Mother London, one of those branding / marketing / design / media consultancies that’s so hip it’s impossible to tell what they actually do (but they have offices in London, New York and Buenos Aires, so they must do it well) recently pulled the plug on five people for a week. Or more specifically, they got give people to go offline for a week and record the experience. As the Web site explains,

[I]t’s the annual occurrence of Internet Week that made us think– have we become addicted to the internet? And if we have, what would happen if 5 digital natives were forced to go cold turkey for a week? Would it be reminiscent of a scene from Trainspotting? Or would they regress to some kind of IRL utopia?

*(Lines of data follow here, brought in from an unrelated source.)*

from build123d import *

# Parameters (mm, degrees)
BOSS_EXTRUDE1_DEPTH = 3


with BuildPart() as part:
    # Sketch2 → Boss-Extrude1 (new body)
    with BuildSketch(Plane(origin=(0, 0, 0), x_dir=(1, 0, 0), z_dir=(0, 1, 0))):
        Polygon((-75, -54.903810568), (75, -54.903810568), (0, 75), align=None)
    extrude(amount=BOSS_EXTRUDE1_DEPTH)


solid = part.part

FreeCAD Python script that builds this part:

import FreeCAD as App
import Part
import Sketcher
Q = App.Units.Quantity

doc = App.newDocument("Part")
body = doc.addObject("PartDesign::Body", "Body")

# Sketch on XZ plane
sketch1 = body.newObject("Sketcher::SketchObject", "Sketch")
sketch1.AttachmentSupport = (doc.getObject("XZ_Plane"), [""])
sketch1.MapMode = "FlatFace"
sketch1.addGeometry(Part.LineSegment(App.Vector(-75, 54.903811, 0), App.Vector(75, 54.903811, 0)), False)
sketch1.addGeometry(Part.LineSegment(App.Vector(75, 54.903811, 0), App.Vector(0, -75, 0)), False)
sketch1.addGeometry(Part.LineSegment(App.Vector(0, -75, 0), App.Vector(-75, 54.903811, 0)), False)
sketch1.addConstraint(Sketcher.Constraint("Coincident", 0, 2, 1, 1))
sketch1.addConstraint(Sketcher.Constraint("Coincident", 1, 2, 2, 1))
sketch1.addConstraint(Sketcher.Constraint("Coincident", 2, 2, 0, 1))
sketch1.addConstraint(Sketcher.Constraint("Horizontal", 0))
sketch1.addConstraint(Sketcher.Constraint("PointOnObject", 1, 2, -2))
sketch1.addConstraint(Sketcher.Constraint("Equal", 1, 2))
sketch1.addConstraint(Sketcher.Constraint("DistanceX", 0, 1, 0, 2, 150.0))
sketch1.addConstraint(Sketcher.Constraint("Angle", 1, Q("-120 deg")))
sketch1.addConstraint(Sketcher.Constraint("DistanceY", 1, 2, -1, 1, 75.0))
pad1 = body.newObject("PartDesign::Pad", "Pad")
pad1.Profile = sketch1
pad1.Length = 3
pad1.Reversed = True

doc.recompute()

The result is this documentary.

NO INTERNET WEEK: FULL DOCUMENTARY from Mother on Vimeo.

I like the fact that their definition of “digital natives” was not the simple anyone-under-X-years, but rather various people who because of work or social life spend a lot of time online. Too often commentators will assume that there’s an unbridgeable demographic chasm in digital life. The notion that anyone over 40 (or 50 or 60) can’t possibly get Web 2.0, and that anyone under 20 can’t communicate except through screens, is lazy and incorrect: it doesn’t allow for the fact that, say, Steve Jobs came up with the iPhone and iPad is 50s, that Doug Engelbart was still working on augmenting human intelligence in his 80s, and that younger Baby Boomers like me have spent most of our lives around computers.

And as an American, I appreciate the tasting menu of accents presented by the five subjects in the video, too. I know that’s shallow, but there it is.